Voilà pour le mécanisme normal du rire et du pleurer. Le rire et le pleurer spasmodiques, communs dans l'hémiplégie, Betcherew les explique par une lésion desructive du thalamus annulant le pouvoir de coordination et d'inhibition de ce ganglion; Brissaud admet une lésion irritative du thalamus ou des voies psycho-réflexes cortico-thalamiques, avec une section du faisceau facial volontaire ; en d'autres termes, une irritation du segment antérieur va avec une destruction plus ou moins complète du genou de la capsule interne.
 
Mingazzini a fourni la vérification anatomique de l'interprétation de Brissaud; il démontra de plus que le rire et le pleurer incoercibles, s'ils dépendent ordinairement de lésions intéressant le segment antérieur de la capsule et son genou, peuvent tenir aussi à des lésions purement corticales; Brissaud avait d'ailleurs entrevu cette possibilité et parlé de la genèse corticale du rire des idiots. Il convient ici de citer encore une étude anatomo-pathologique de Rummo, confirmant également les vues de Brissaud.
 
En somme, si j'en reviens à l'étude des tracés bien démonstratifs que j'ai obtenus chez des hémiplégiques, j'insisterai sur quelques faits dont la démonstration semble précise.
 
D'abord il n'existe certainement pas de bilatéralité fonctionnelle, vraie et complète de chaque hémisphère, pour les mouvements automatiques ou synergiques qui sont accomplis dans les deux côtés du corps à la fois.

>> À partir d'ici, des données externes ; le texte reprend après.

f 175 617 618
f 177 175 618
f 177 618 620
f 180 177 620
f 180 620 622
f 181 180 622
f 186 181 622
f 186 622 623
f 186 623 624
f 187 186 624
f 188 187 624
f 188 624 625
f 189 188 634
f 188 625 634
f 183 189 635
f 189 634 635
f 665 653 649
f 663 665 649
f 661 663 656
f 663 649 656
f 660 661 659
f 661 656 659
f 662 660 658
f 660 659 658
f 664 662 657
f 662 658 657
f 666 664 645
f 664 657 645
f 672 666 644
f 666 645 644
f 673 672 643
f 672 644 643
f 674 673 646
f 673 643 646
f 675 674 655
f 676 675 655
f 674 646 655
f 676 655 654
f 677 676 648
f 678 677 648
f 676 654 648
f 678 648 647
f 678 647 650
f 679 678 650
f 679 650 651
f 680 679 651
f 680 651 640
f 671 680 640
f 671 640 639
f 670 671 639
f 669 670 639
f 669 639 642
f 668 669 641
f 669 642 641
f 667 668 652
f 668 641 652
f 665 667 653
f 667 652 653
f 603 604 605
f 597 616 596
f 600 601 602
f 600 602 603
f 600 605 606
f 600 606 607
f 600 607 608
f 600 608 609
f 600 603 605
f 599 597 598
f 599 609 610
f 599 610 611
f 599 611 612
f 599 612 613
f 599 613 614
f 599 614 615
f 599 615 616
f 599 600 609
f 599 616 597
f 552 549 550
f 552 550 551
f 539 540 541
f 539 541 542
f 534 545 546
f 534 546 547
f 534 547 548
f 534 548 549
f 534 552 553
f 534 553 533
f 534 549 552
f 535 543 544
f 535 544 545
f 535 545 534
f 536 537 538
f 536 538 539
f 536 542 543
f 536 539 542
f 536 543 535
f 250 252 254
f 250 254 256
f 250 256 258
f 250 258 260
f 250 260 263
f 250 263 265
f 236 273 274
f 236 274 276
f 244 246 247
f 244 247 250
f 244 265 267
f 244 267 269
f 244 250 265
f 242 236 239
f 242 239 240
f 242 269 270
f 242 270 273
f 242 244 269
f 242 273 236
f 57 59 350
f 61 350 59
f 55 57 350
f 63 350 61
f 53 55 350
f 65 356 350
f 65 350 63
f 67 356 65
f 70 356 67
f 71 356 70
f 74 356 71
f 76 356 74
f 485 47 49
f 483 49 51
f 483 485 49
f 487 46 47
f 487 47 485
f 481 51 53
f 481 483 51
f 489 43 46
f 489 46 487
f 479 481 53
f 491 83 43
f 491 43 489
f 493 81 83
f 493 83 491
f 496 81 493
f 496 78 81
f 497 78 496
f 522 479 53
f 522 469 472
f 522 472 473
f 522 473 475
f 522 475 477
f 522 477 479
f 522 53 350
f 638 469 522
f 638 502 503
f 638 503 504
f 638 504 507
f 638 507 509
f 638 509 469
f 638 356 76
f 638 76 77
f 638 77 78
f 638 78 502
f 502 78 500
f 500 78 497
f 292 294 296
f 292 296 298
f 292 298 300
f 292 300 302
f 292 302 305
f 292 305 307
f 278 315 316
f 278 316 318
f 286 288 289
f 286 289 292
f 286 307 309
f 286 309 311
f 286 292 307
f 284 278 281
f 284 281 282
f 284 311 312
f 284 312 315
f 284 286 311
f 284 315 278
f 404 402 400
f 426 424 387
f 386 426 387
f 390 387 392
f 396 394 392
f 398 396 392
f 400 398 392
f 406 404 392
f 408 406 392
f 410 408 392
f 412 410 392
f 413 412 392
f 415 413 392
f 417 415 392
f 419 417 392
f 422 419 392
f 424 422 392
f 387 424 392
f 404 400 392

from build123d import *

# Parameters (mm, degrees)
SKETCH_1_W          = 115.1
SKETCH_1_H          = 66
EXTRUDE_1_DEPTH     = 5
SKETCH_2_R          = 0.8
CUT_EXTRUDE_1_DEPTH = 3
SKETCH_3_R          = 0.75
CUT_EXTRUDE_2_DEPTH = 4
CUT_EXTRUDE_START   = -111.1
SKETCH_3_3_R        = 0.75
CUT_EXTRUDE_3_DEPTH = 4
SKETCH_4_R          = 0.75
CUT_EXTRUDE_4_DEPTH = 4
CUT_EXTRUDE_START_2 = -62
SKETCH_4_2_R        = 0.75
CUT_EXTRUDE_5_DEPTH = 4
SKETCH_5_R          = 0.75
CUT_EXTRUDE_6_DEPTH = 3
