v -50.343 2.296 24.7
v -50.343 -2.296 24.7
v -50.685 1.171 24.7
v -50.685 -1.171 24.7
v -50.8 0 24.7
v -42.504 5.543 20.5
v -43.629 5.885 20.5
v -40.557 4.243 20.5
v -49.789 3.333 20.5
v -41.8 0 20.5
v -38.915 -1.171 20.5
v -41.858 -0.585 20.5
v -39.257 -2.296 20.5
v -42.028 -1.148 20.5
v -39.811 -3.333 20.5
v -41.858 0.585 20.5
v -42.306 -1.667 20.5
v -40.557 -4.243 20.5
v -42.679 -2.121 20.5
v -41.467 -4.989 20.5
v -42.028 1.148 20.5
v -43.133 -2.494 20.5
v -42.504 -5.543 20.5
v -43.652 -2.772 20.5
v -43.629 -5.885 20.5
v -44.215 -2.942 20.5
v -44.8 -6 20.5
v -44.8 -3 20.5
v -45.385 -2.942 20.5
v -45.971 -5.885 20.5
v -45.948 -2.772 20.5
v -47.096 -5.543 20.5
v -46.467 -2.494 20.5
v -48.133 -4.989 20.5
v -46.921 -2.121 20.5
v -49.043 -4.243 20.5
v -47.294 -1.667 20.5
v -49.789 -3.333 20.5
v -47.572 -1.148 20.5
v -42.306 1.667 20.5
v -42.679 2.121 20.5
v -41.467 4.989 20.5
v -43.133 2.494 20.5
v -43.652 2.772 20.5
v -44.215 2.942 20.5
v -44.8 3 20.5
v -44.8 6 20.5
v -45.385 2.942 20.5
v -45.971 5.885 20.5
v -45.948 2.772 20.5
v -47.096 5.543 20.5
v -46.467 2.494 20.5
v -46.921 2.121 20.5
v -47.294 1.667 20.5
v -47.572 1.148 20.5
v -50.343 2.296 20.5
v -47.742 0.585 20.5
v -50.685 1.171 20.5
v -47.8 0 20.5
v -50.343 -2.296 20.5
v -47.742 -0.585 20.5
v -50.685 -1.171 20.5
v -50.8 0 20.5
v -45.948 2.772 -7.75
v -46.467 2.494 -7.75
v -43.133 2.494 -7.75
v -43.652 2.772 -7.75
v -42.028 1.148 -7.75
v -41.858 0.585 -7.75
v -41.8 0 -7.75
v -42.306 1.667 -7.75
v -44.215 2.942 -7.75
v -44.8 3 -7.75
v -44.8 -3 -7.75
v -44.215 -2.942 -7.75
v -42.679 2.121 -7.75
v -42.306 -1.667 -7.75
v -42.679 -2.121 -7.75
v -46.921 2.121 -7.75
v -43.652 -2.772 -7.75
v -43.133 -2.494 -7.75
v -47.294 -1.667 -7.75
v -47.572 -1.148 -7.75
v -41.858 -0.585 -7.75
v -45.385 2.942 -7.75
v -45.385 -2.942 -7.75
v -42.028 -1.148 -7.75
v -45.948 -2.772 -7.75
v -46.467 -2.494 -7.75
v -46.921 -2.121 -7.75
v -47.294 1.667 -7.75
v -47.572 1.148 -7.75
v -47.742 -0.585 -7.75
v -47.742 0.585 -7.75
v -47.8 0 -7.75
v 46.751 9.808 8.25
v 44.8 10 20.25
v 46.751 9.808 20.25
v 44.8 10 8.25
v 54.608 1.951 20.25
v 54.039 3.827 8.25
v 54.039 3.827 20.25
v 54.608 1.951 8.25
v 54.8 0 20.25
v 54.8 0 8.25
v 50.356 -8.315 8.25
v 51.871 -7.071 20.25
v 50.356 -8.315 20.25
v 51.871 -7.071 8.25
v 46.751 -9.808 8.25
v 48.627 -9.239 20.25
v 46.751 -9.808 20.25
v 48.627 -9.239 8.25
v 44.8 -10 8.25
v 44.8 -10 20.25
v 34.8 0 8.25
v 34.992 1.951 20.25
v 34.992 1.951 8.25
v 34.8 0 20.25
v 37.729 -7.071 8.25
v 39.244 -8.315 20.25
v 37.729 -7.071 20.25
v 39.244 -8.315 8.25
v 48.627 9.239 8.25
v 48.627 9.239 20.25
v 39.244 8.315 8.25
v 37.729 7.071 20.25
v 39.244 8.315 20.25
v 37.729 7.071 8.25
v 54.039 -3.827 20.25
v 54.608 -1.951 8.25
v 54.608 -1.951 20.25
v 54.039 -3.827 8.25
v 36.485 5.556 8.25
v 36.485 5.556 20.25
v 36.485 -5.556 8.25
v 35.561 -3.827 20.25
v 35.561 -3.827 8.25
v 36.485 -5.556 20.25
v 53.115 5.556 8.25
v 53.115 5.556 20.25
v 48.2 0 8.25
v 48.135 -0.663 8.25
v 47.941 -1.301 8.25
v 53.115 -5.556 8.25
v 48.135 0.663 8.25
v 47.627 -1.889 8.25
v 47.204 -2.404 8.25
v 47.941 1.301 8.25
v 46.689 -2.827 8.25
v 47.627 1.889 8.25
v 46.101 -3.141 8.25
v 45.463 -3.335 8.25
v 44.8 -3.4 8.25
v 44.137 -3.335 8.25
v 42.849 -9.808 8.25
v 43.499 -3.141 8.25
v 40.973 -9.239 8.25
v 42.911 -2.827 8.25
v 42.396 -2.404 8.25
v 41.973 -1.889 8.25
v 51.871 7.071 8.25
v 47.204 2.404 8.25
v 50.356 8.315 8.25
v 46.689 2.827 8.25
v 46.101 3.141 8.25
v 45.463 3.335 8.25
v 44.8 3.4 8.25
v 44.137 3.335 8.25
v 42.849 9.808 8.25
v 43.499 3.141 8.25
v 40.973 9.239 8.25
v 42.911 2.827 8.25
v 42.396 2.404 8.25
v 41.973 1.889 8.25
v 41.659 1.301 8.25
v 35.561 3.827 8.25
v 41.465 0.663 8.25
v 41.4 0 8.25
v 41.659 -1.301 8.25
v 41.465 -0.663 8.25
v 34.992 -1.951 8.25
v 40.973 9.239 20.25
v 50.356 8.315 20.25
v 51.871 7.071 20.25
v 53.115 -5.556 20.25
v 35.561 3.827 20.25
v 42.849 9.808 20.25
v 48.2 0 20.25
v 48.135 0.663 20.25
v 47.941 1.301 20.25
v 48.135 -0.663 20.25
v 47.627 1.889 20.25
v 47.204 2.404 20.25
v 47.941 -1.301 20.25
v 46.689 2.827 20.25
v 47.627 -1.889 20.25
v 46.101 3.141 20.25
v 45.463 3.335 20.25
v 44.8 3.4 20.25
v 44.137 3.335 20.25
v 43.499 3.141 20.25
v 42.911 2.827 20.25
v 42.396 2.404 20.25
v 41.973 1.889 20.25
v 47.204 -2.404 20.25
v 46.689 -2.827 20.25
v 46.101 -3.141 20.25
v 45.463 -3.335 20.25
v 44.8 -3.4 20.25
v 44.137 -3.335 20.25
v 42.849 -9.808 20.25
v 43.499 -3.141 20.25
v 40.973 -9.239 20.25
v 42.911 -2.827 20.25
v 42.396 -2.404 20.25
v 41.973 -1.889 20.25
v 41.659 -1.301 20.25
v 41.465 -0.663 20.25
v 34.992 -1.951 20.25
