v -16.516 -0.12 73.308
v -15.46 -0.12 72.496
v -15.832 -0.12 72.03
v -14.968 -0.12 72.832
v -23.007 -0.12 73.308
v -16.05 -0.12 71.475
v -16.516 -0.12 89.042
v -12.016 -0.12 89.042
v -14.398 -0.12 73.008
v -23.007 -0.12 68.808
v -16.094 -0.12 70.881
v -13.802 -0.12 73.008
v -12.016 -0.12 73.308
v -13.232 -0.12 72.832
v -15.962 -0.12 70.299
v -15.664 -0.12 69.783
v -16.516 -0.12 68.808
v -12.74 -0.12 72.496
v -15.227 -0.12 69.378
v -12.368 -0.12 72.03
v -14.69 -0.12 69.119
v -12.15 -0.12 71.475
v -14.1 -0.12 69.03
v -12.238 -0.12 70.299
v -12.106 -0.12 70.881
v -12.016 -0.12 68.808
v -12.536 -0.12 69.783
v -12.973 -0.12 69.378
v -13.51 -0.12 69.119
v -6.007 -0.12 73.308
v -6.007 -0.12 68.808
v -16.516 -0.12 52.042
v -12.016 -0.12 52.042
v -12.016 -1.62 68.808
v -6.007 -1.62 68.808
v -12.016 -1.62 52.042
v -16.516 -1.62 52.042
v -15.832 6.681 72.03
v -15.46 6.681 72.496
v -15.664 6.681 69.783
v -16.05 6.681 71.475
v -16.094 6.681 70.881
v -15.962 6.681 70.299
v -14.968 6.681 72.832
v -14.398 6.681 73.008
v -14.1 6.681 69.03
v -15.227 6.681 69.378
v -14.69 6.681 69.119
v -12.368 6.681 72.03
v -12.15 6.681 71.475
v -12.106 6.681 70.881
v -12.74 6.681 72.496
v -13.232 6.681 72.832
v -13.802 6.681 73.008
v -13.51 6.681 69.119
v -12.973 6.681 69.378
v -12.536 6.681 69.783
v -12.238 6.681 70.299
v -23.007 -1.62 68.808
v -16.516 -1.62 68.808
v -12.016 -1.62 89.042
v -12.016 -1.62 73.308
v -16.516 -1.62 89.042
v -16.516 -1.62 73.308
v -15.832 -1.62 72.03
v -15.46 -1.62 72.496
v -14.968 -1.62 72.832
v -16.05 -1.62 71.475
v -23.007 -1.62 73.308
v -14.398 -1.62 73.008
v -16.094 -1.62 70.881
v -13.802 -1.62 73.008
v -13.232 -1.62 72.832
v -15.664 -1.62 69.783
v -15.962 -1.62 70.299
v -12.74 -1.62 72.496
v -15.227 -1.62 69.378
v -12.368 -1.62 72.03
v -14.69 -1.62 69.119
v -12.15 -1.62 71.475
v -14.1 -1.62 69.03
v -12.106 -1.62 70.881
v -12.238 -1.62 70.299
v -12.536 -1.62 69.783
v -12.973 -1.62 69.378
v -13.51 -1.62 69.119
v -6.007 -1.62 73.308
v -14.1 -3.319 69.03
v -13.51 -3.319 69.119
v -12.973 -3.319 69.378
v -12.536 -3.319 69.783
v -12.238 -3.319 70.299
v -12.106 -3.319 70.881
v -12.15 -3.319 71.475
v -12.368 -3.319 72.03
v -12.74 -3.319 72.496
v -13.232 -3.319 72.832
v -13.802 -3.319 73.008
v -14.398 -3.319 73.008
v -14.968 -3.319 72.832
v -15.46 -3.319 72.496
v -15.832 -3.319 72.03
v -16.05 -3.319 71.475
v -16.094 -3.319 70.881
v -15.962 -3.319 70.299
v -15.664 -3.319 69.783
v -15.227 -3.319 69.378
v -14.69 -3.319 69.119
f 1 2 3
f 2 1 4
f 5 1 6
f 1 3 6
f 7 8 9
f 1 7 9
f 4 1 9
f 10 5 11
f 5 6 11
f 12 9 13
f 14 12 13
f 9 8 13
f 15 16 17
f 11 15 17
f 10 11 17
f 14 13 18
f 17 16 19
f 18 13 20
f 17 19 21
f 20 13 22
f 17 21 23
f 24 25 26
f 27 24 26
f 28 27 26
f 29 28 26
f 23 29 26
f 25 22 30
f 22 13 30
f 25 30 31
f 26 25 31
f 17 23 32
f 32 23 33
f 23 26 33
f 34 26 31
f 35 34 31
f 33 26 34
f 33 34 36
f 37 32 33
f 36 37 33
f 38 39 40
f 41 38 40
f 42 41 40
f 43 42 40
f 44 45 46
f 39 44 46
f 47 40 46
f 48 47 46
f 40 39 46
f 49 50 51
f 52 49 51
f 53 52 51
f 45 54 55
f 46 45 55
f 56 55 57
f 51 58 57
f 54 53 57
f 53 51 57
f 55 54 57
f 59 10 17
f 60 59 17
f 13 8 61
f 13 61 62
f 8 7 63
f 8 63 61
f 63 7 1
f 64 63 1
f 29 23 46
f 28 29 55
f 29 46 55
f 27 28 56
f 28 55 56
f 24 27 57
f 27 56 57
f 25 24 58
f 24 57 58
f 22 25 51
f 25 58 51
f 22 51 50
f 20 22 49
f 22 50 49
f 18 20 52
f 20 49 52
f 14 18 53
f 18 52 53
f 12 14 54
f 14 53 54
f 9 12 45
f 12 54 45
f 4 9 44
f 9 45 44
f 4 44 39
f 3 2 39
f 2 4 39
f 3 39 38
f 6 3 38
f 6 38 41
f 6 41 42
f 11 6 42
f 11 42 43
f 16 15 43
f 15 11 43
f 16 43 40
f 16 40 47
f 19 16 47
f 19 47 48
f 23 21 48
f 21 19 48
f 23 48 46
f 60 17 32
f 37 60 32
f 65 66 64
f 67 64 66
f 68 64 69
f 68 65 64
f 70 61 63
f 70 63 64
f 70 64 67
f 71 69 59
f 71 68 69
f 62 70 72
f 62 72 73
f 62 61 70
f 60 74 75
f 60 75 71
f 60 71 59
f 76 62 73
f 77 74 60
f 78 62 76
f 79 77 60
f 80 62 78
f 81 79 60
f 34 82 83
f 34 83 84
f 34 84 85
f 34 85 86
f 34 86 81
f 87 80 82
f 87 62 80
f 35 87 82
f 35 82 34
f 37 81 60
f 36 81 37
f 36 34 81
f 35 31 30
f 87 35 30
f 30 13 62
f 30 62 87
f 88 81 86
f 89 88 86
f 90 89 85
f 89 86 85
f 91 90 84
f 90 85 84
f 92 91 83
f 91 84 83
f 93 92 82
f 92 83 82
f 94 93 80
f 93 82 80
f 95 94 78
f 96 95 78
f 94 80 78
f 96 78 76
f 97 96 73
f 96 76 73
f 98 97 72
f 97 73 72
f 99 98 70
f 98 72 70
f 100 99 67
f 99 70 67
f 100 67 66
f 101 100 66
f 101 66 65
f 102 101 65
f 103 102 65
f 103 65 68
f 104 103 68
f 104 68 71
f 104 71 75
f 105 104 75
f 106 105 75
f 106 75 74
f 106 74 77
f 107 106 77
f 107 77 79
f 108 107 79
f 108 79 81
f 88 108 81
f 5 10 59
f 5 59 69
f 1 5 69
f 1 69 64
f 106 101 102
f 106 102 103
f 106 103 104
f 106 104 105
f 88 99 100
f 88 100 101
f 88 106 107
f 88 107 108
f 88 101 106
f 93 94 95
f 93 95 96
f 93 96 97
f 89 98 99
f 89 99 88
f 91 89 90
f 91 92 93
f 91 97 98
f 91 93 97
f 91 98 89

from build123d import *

# Parameters (mm, degrees)
CYLINDER037_R             = 2
CYLINDER037_DEPTH         = 10
BOX005_W                  = 37
BOX005_H                  = 4.5
BOX005_DEPTH              = 1.5
BOX006_W                  = 17
BOX006_H                  = 4.5
BOX006_DEPTH              = 1.5
BOX006_PLACEMENT_ANGLE    = 90
FUSION006_PITCH_ANGLE     = 90
FUSION006_PLACEMENT_ANGLE = -90


with BuildPart() as cylinder037:
    # Cylinder037 → Cylinder037 (new body)
    with BuildSketch(Plane(origin=(34.5, 34.5, 10.7594), x_dir=(1, 0, 0), z_dir=(0, 0, 1))):
        Circle(CYLINDER037_R)
    extrude(amount=CYLINDER037_DEPTH)


with BuildPart() as box005:
    # Box005 → Box005 (new body)
    with BuildSketch(Plane.XY):
        with Locations((18.5, 2.25)):
            Rectangle(BOX005_W, BOX005_H)
    extrude(amount=BOX005_DEPTH)


with BuildPart() as fusion006:
    # Box006 → Box006 (new body)
    with BuildSketch(Plane.XY):
        with Locations((8.5, 2.25)):
            Rectangle(BOX006_W, BOX006_H)
    extrude(amount=BOX006_DEPTH)


with BuildPart() as fusion006_1:
    # Box006 placement: moved
    add(fusion006.part.moved(Location((20.2342, -6.49055, 0))).rotate(Axis((20.2342, -6.49055, 0), (0, 0, 1)), BOX006_PLACEMENT_ANGLE))

    # Fusion004: union Box005
    add(box005.part)


with BuildPart() as fusion006_2:
    # Fusion004 placement: moved
    add(fusion006_1.part.moved(Location((16.4876, 32.0839, 17.56))))

    # Fusion006: union Cylinder037
    add(cylinder037.part)


with BuildPart() as fusion006_3:
    # Fusion006 pitch: moved
    add(fusion006_2.part.rotate(Axis((0, 0, 0), (0, 1, 0)), FUSION006_PITCH_ANGLE))


with BuildPart() as fusion006_4:
    # Fusion006 placement: moved
    add(fusion006_3.part.moved(Location((-48.6, 17.44, 105.53))).rotate(Axis((-48.6, 17.44, 105.53), (0, 0, 1)), FUSION006_PLACEMENT_ANGLE))


solid = fusion006_4.part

Ainsi les deux moitiés du thorax ne se dilatent pas également, ni dans la respiration tranquille et automatique, ni dans la toux, ni dans l'exagération volontaire de la respiration, ni dans les actes respiratoires accompagnant les fonctions dites psycho-réflexes (pleurer, rire, bâllements)
 
Cette différence consiste assez souvent dans une diminution de la motilité du côté hémiplégique, mais quelque fois aussi, de ce côté hémiplégique il y a un excès de la motilité pour les actes automatiques, synergiques ou psycho-réflexes, qui fait contraste avec l'amoindrissement de la motilité volontaire dans les muscles des membres.
 
C'est bien alors le côté paralysé, et surtout le thorax, qui se meut en excès, et non pas l'autre côté dont les mouvements automatiques sont affaibis, Dans les manifestations respiratoires des actes psycho-réflexes notamment (rire et pleurer spasmnodiques) il est clair que la lésion est excitatrice à l'égard de certaines déterminations motrices du côté opposé du corps.
 
Il s'agit donc d'un phénomène d'excitation que la lésion cérébrale exercerait, lors de la respiration tranquille, sur des centres respiratoires cérébraux ou sur les voies les reliant aux noyaux bulbaires; lors du pleurer, du rire, du bâillement, l'excitation porte sur le segment antérieur de la capsule interne, sur le thalamus. L'effet de l'excitation est unilatéral et croisé.
 
Mais au lieu d'excitation, cette exagération des mouvements automatiques du côté de l'hémiplégie peut dépendre d'une inhibition supprimée (lésion corticale).
 
L'exagération des mouvements respiratoires dans les accès de rire et de pleurer convulsifs, cela du côté paralysé, n'implique pas du méme côté une exagération des mouvements de la respiration tranquille. Un malade a présenté une diminution de l'amplitude des mouvements respiratoires automatiques du côté de l'hémiplégie, et de ce même côté des secousses respiratoires intenses, pendant les accès de rire, de pleurer, de bâillement. Les fibres se rendant aux noyaux bulbaires pour commander la respiration ordinaire auraient donc un trajet distinct de celles qui commandent la dilatation thoracique respiratoire accompagnant le rire, le pleurer, le bâillement convulsif.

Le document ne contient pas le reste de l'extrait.